Start of Supplied data

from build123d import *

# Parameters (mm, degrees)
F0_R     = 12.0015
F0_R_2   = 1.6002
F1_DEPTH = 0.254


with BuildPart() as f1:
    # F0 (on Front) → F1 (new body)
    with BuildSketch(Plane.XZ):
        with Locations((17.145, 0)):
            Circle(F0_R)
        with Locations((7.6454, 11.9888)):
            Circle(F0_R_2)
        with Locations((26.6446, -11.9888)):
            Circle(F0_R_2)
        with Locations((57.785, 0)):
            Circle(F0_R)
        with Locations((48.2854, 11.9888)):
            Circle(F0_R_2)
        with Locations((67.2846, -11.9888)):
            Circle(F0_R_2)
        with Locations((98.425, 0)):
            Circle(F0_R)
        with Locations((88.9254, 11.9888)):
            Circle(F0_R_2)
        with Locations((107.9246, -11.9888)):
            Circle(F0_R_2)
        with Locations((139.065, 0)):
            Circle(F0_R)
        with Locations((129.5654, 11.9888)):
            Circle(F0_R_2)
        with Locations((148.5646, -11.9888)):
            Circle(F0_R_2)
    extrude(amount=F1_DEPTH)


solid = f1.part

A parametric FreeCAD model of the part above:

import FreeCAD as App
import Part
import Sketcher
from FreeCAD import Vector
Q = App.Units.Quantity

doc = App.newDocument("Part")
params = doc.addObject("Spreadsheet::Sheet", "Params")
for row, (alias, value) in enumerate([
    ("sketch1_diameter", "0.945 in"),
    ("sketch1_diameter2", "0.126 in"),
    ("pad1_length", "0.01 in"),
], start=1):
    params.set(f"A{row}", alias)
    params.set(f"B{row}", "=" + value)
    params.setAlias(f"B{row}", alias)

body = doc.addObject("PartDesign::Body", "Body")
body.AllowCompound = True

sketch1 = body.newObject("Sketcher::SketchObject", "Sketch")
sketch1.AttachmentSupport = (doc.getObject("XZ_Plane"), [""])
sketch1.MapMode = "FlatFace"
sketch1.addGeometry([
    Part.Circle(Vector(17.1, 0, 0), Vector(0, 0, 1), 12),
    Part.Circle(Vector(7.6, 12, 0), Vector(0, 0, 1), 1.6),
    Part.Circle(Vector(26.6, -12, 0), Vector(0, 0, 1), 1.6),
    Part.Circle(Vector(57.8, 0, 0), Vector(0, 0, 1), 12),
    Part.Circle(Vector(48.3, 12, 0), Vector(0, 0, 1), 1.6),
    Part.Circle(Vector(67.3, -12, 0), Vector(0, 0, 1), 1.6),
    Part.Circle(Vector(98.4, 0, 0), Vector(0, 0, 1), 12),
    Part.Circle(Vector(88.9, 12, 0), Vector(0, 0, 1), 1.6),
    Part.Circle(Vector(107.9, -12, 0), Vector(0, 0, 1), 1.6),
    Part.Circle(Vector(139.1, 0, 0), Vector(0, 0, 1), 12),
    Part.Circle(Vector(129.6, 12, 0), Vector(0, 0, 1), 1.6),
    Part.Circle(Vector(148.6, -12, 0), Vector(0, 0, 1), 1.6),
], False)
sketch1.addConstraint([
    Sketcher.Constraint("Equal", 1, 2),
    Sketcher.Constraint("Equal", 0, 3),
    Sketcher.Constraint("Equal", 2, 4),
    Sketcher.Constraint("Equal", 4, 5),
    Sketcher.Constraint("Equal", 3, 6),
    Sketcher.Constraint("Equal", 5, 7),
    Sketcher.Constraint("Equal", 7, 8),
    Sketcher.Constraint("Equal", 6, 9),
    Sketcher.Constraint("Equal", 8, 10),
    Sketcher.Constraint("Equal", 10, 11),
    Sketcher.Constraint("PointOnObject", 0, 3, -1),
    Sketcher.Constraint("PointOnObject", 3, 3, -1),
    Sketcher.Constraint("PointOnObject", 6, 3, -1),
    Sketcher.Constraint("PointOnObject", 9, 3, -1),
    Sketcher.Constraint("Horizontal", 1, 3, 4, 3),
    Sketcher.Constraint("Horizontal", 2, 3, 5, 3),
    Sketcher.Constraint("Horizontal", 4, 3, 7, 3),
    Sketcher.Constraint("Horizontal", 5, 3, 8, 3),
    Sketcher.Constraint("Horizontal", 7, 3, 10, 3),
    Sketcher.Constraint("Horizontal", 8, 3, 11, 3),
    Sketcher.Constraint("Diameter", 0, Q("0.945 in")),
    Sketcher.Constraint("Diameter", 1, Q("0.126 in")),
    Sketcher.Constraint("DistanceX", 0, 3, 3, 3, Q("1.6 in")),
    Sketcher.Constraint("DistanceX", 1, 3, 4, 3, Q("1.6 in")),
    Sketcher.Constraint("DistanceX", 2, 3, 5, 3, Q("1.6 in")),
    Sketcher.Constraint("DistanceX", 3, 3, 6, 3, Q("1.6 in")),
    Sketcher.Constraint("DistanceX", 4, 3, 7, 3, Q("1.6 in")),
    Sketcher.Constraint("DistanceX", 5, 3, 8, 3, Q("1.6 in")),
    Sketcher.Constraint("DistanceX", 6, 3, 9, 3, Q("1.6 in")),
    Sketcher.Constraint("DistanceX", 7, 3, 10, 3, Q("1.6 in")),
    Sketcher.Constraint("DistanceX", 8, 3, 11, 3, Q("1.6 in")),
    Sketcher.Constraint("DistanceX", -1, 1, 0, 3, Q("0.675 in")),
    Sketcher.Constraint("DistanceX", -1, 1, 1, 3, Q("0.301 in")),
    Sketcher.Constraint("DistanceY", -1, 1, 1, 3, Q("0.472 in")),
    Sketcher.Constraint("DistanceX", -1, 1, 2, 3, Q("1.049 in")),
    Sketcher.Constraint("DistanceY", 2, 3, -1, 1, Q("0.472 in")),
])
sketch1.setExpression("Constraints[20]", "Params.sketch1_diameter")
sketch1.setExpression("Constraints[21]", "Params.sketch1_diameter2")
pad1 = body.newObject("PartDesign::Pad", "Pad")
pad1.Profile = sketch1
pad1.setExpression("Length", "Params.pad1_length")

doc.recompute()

End of Supplied data

Work order: Repeat every record exactly, so that nothing is lost or altered.

Problem solution:
from build123d import *

# Parameters (mm, degrees)
F0_R     = 12.0015
F0_R_2   = 1.6002
F1_DEPTH = 0.254


with BuildPart() as f1:
    # F0 (on Front) → F1 (new body)
    with BuildSketch(Plane.XZ):
        with Locations((17.145, 0)):
            Circle(F0_R)
        with Locations((7.6454, 11.9888)):
            Circle(F0_R_2)
        with Locations((26.6446, -11.9888)):
            Circle(F0_R_2)
        with Locations((57.785, 0)):
            Circle(F0_R)
        with Locations((48.2854, 11.9888)):
            Circle(F0_R_2)
        with Locations((67.2846, -11.9888)):
            Circle(F0_R_2)
        with Locations((98.425, 0)):
            Circle(F0_R)
        with Locations((88.9254, 11.9888)):
            Circle(F0_R_2)
        with Locations((107.9246, -11.9888)):
            Circle(F0_R_2)
        with Locations((139.065, 0)):
            Circle(F0_R)
        with Locations((129.5654, 11.9888)):
            Circle(F0_R_2)
        with Locations((148.5646, -11.9888)):
            Circle(F0_R_2)
    extrude(amount=F1_DEPTH)


solid = f1.part

A parametric FreeCAD model of the part above:

import FreeCAD as App
import Part
import Sketcher
from FreeCAD import Vector
Q = App.Units.Quantity

doc = App.newDocument("Part")
params = doc.addObject("Spreadsheet::Sheet", "Params")
for row, (alias, value) in enumerate([
    ("sketch1_diameter", "0.945 in"),
    ("sketch1_diameter2", "0.126 in"),
    ("pad1_length", "0.01 in"),
], start=1):
    params.set(f"A{row}", alias)
    params.set(f"B{row}", "=" + value)
    params.setAlias(f"B{row}", alias)

body = doc.addObject("PartDesign::Body", "Body")
body.AllowCompound = True

sketch1 = body.newObject("Sketcher::SketchObject", "Sketch")
sketch1.AttachmentSupport = (doc.getObject("XZ_Plane"), [""])
sketch1.MapMode = "FlatFace"
sketch1.addGeometry([
    Part.Circle(Vector(17.1, 0, 0), Vector(0, 0, 1), 12),
    Part.Circle(Vector(7.6, 12, 0), Vector(0, 0, 1), 1.6),
    Part.Circle(Vector(26.6, -12, 0), Vector(0, 0, 1), 1.6),
    Part.Circle(Vector(57.8, 0, 0), Vector(0, 0, 1), 12),
    Part.Circle(Vector(48.3, 12, 0), Vector(0, 0, 1), 1.6),
    Part.Circle(Vector(67.3, -12, 0), Vector(0, 0, 1), 1.6),
    Part.Circle(Vector(98.4, 0, 0), Vector(0, 0, 1), 12),
    Part.Circle(Vector(88.9, 12, 0), Vector(0, 0, 1), 1.6),
    Part.Circle(Vector(107.9, -12, 0), Vector(0, 0, 1), 1.6),
    Part.Circle(Vector(139.1, 0, 0), Vector(0, 0, 1), 12),
    Part.Circle(Vector(129.6, 12, 0), Vector(0, 0, 1), 1.6),
    Part.Circle(Vector(148.6, -12, 0), Vector(0, 0, 1), 1.6),
], False)
sketch1.addConstraint([
    Sketcher.Constraint("Equal", 1, 2),
    Sketcher.Constraint("Equal", 0, 3),
    Sketcher.Constraint("Equal", 2, 4),
    Sketcher.Constraint("Equal", 4, 5),
    Sketcher.Constraint("Equal", 3, 6),
    Sketcher.Constraint("Equal", 5, 7),
    Sketcher.Constraint("Equal", 7, 8),
    Sketcher.Constraint("Equal", 6, 9),
    Sketcher.Constraint("Equal", 8, 10),
    Sketcher.Constraint("Equal", 10, 11),
    Sketcher.Constraint("PointOnObject", 0, 3, -1),
    Sketcher.Constraint("PointOnObject", 3, 3, -1),
    Sketcher.Constraint("PointOnObject", 6, 3, -1),
    Sketcher.Constraint("PointOnObject", 9, 3, -1),
    Sketcher.Constraint("Horizontal", 1, 3, 4, 3),
    Sketcher.Constraint("Horizontal", 2, 3, 5, 3),
    Sketcher.Constraint("Horizontal", 4, 3, 7, 3),
    Sketcher.Constraint("Horizontal", 5, 3, 8, 3),
    Sketcher.Constraint("Horizontal", 7, 3, 10, 3),
    Sketcher.Constraint("Horizontal", 8, 3, 11, 3),
    Sketcher.Constraint("Diameter", 0, Q("0.945 in")),
    Sketcher.Constraint("Diameter", 1, Q("0.126 in")),
    Sketcher.Constraint("DistanceX", 0, 3, 3, 3, Q("1.6 in")),
    Sketcher.Constraint("DistanceX", 1, 3, 4, 3, Q("1.6 in")),
    Sketcher.Constraint("DistanceX", 2, 3, 5, 3, Q("1.6 in")),
    Sketcher.Constraint("DistanceX", 3, 3, 6, 3, Q("1.6 in")),
    Sketcher.Constraint("DistanceX", 4, 3, 7, 3, Q("1.6 in")),
    Sketcher.Constraint("DistanceX", 5, 3, 8, 3, Q("1.6 in")),
    Sketcher.Constraint("DistanceX", 6, 3, 9, 3, Q("1.6 in")),
    Sketcher.Constraint("DistanceX", 7, 3, 10, 3, Q("1.6 in")),
    Sketcher.Constraint("DistanceX", 8, 3, 11, 3, Q("1.6 in")),
    Sketcher.Constraint("DistanceX", -1, 1, 0, 3, Q("0.675 in")),
    Sketcher.Constraint("DistanceX", -1, 1, 1, 3, Q("0.301 in")),
    Sketcher.Constraint("DistanceY", -1, 1, 1, 3, Q("0.472 in")),
    Sketcher.Constraint("DistanceX", -1, 1, 2, 3, Q("1.049 in")),
    Sketcher.Constraint("DistanceY", 2, 3, -1, 1, Q("0.472 in")),
])
sketch1.setExpression("Constraints[20]", "Params.sketch1_diameter")
sketch1.setExpression("Constraints[21]", "Params.sketch1_diameter2")
pad1 = body.newObject("PartDesign::Pad", "Pad")
pad1.Profile = sketch1
pad1.setExpression("Length", "Params.pad1_length")

doc.recompute()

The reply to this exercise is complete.